> **Work instruction**
Within the data that follows, set down exactly the lines from the one containing "line L6 (-60, 0) -> (80, 0) construction" through the one containing "arc A1 (26.15, 359.2)", both ends included.

━━━━━ Supplied data ━━━━━

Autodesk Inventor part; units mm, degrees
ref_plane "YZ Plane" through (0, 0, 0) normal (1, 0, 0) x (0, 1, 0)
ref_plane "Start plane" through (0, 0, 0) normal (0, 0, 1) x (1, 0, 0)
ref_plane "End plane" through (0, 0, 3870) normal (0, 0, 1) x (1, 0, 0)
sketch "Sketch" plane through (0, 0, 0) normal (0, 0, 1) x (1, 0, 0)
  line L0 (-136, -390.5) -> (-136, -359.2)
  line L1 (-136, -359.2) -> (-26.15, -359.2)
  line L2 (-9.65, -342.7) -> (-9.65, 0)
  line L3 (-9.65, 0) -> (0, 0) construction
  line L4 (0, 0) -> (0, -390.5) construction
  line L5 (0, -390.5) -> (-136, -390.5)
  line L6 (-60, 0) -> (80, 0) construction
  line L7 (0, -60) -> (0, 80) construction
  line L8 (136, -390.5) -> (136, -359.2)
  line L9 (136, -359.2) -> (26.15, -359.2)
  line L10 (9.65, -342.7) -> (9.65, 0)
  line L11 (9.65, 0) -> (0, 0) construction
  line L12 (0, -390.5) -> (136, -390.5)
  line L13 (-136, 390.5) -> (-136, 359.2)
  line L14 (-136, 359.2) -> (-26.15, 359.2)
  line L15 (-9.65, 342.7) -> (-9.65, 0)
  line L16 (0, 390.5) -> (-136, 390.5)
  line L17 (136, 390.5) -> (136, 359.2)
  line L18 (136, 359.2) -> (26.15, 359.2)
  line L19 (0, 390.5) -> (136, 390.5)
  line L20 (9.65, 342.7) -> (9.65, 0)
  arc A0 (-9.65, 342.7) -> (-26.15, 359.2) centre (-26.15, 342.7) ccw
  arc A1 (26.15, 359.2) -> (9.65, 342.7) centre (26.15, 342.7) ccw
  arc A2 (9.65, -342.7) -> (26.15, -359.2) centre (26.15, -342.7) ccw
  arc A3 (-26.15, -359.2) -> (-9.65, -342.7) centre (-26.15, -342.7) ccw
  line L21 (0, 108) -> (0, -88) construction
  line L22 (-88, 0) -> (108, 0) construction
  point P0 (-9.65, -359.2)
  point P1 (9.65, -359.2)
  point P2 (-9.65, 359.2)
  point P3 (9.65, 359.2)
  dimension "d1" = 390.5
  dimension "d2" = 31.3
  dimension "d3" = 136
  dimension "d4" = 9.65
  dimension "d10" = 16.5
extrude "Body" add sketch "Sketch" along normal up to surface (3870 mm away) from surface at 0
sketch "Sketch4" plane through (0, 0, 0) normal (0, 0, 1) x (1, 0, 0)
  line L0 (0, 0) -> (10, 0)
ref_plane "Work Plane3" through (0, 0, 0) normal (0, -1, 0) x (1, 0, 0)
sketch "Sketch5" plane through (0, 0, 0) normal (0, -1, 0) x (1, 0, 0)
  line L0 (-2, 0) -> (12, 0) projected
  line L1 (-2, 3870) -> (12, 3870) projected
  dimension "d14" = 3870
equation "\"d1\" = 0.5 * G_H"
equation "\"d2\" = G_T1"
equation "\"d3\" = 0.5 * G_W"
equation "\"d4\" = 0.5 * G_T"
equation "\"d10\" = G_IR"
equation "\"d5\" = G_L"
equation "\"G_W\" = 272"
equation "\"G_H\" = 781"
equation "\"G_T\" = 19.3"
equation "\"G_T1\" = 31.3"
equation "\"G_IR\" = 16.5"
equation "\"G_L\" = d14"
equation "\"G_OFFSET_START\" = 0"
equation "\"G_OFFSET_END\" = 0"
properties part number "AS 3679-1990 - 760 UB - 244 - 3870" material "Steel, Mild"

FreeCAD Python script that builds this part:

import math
import FreeCAD as App
import Part
import Sketcher

doc = App.newDocument("Part")
body = doc.addObject("PartDesign::Body", "Body")

# Sketch on XY plane
sketch1 = body.newObject("Sketcher::SketchObject", "Sketch")
sketch1.AttachmentSupport = (doc.getObject("XY_Plane"), [""])
sketch1.MapMode = "FlatFace"
sketch1.addGeometry([
    Part.LineSegment(App.Vector(-136, -359.2, 0), App.Vector(-136, -390.5, 0)),  # 0
    Part.LineSegment(App.Vector(-136, -390.5, 0), App.Vector(136, -390.5, 0)),  # 1
    Part.LineSegment(App.Vector(136, -390.5, 0), App.Vector(136, -359.2, 0)),  # 2
    Part.LineSegment(App.Vector(136, -359.2, 0), App.Vector(26.15, -359.2, 0)),  # 3
    Part.ArcOfCircle(Part.Circle(App.Vector(26.15, -342.7, 0), App.Vector(0, 0, 1), 16.5), math.radians(180), math.radians(270)),  # 4
    Part.LineSegment(App.Vector(9.65, -342.7, 0), App.Vector(9.65, 342.7, 0)),  # 5
    Part.ArcOfCircle(Part.Circle(App.Vector(26.15, 342.7, 0), App.Vector(0, 0, 1), 16.5), math.radians(90), math.radians(180)),  # 6
    Part.LineSegment(App.Vector(26.15, 359.2, 0), App.Vector(136, 359.2, 0)),  # 7
    Part.LineSegment(App.Vector(136, 359.2, 0), App.Vector(136, 390.5, 0)),  # 8
    Part.LineSegment(App.Vector(136, 390.5, 0), App.Vector(-136, 390.5, 0)),  # 9
    Part.LineSegment(App.Vector(-136, 390.5, 0), App.Vector(-136, 359.2, 0)),  # 10
    Part.LineSegment(App.Vector(-136, 359.2, 0), App.Vector(-26.15, 359.2, 0)),  # 11
    Part.ArcOfCircle(Part.Circle(App.Vector(-26.15, 342.7, 0), App.Vector(0, 0, 1), 16.5), math.radians(0), math.radians(90)),  # 12
    Part.LineSegment(App.Vector(-9.65, 342.7, 0), App.Vector(-9.65, -342.7, 0)),  # 13
    Part.ArcOfCircle(Part.Circle(App.Vector(-26.15, -342.7, 0), App.Vector(0, 0, 1), 16.5), math.radians(-90), math.radians(0)),  # 14
    Part.LineSegment(App.Vector(-26.15, -359.2, 0), App.Vector(-136, -359.2, 0)),  # 15
], False)
sketch1.addConstraint([
    Sketcher.Constraint("Coincident", 0, 2, 1, 1),
    Sketcher.Constraint("Coincident", 1, 2, 2, 1),
    Sketcher.Constraint("Coincident", 2, 2, 3, 1),
    Sketcher.Constraint("Tangent", 3, 2, 4, 2),
    Sketcher.Constraint("Tangent", 4, 1, 5, 1),
    Sketcher.Constraint("Tangent", 5, 2, 6, 2),
    Sketcher.Constraint("Tangent", 6, 1, 7, 1),
    Sketcher.Constraint("Coincident", 7, 2, 8, 1),
    Sketcher.Constraint("Coincident", 8, 2, 9, 1),
    Sketcher.Constraint("Coincident", 9, 2, 10, 1),
    Sketcher.Constraint("Coincident", 10, 2, 11, 1),
    Sketcher.Constraint("Tangent", 11, 2, 12, 2),
    Sketcher.Constraint("Tangent", 12, 1, 13, 1),
    Sketcher.Constraint("Tangent", 13, 2, 14, 2),
    Sketcher.Constraint("Tangent", 14, 1, 15, 1),
    Sketcher.Constraint("Coincident", 15, 2, 0, 1),
    Sketcher.Constraint("Vertical", 0),
    Sketcher.Constraint("Horizontal", 1),
    Sketcher.Constraint("Vertical", 2),
    Sketcher.Constraint("Horizontal", 3),
    Sketcher.Constraint("Vertical", 5),
    Sketcher.Constraint("Horizontal", 7),
    Sketcher.Constraint("Vertical", 8),
    Sketcher.Constraint("Horizontal", 9),
    Sketcher.Constraint("Vertical", 10),
    Sketcher.Constraint("Horizontal", 11),
    Sketcher.Constraint("Vertical", 13),
    Sketcher.Constraint("Horizontal", 15),
    Sketcher.Constraint("Equal", 4, 6),
    Sketcher.Constraint("Equal", 6, 12),
    Sketcher.Constraint("Equal", 12, 14),
    Sketcher.Constraint("Symmetric", 4, 3, 12, 3, -1, 1),
    Sketcher.Constraint("Symmetric", 0, 2, 8, 2, -1, 1),
    Sketcher.Constraint("Symmetric", 7, 2, 10, 2, -2),
    Sketcher.Constraint("Symmetric", 2, 2, 15, 2, -2),
    Sketcher.Constraint("Radius", 4, 16.5),
    Sketcher.Constraint("DistanceY", 0, 2, 0, 1, 31.3),
    Sketcher.Constraint("DistanceX", 0, 2, -1, 1, 136.0),
    Sketcher.Constraint("DistanceY", 0, 2, -1, 1, 390.5),
    Sketcher.Constraint("DistanceX", -1, 1, 4, 1, 9.65),
])
pad1 = body.newObject("PartDesign::Pad", "Pad")
pad1.Profile = sketch1
pad1.Length = 3870

doc.recompute()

━━━━━

> **Output for this exercise**
  line L6 (-60, 0) -> (80, 0) construction
  line L7 (0, -60) -> (0, 80) construction
  line L8 (136, -390.5) -> (136, -359.2)
  line L9 (136, -359.2) -> (26.15, -359.2)
  line L10 (9.65, -342.7) -> (9.65, 0)
  line L11 (9.65, 0) -> (0, 0) construction
  line L12 (0, -390.5) -> (136, -390.5)
  line L13 (-136, 390.5) -> (-136, 359.2)
  line L14 (-136, 359.2) -> (-26.15, 359.2)
  line L15 (-9.65, 342.7) -> (-9.65, 0)
  line L16 (0, 390.5) -> (-136, 390.5)
  line L17 (136, 390.5) -> (136, 359.2)
  line L18 (136, 359.2) -> (26.15, 359.2)
  line L19 (0, 390.5) -> (136, 390.5)
  line L20 (9.65, 342.7) -> (9.65, 0)
  arc A0 (-9.65, 342.7) -> (-26.15, 359.2) centre (-26.15, 342.7) ccw
  arc A1 (26.15, 359.2) -> (9.65, 342.7) centre (26.15, 342.7) ccw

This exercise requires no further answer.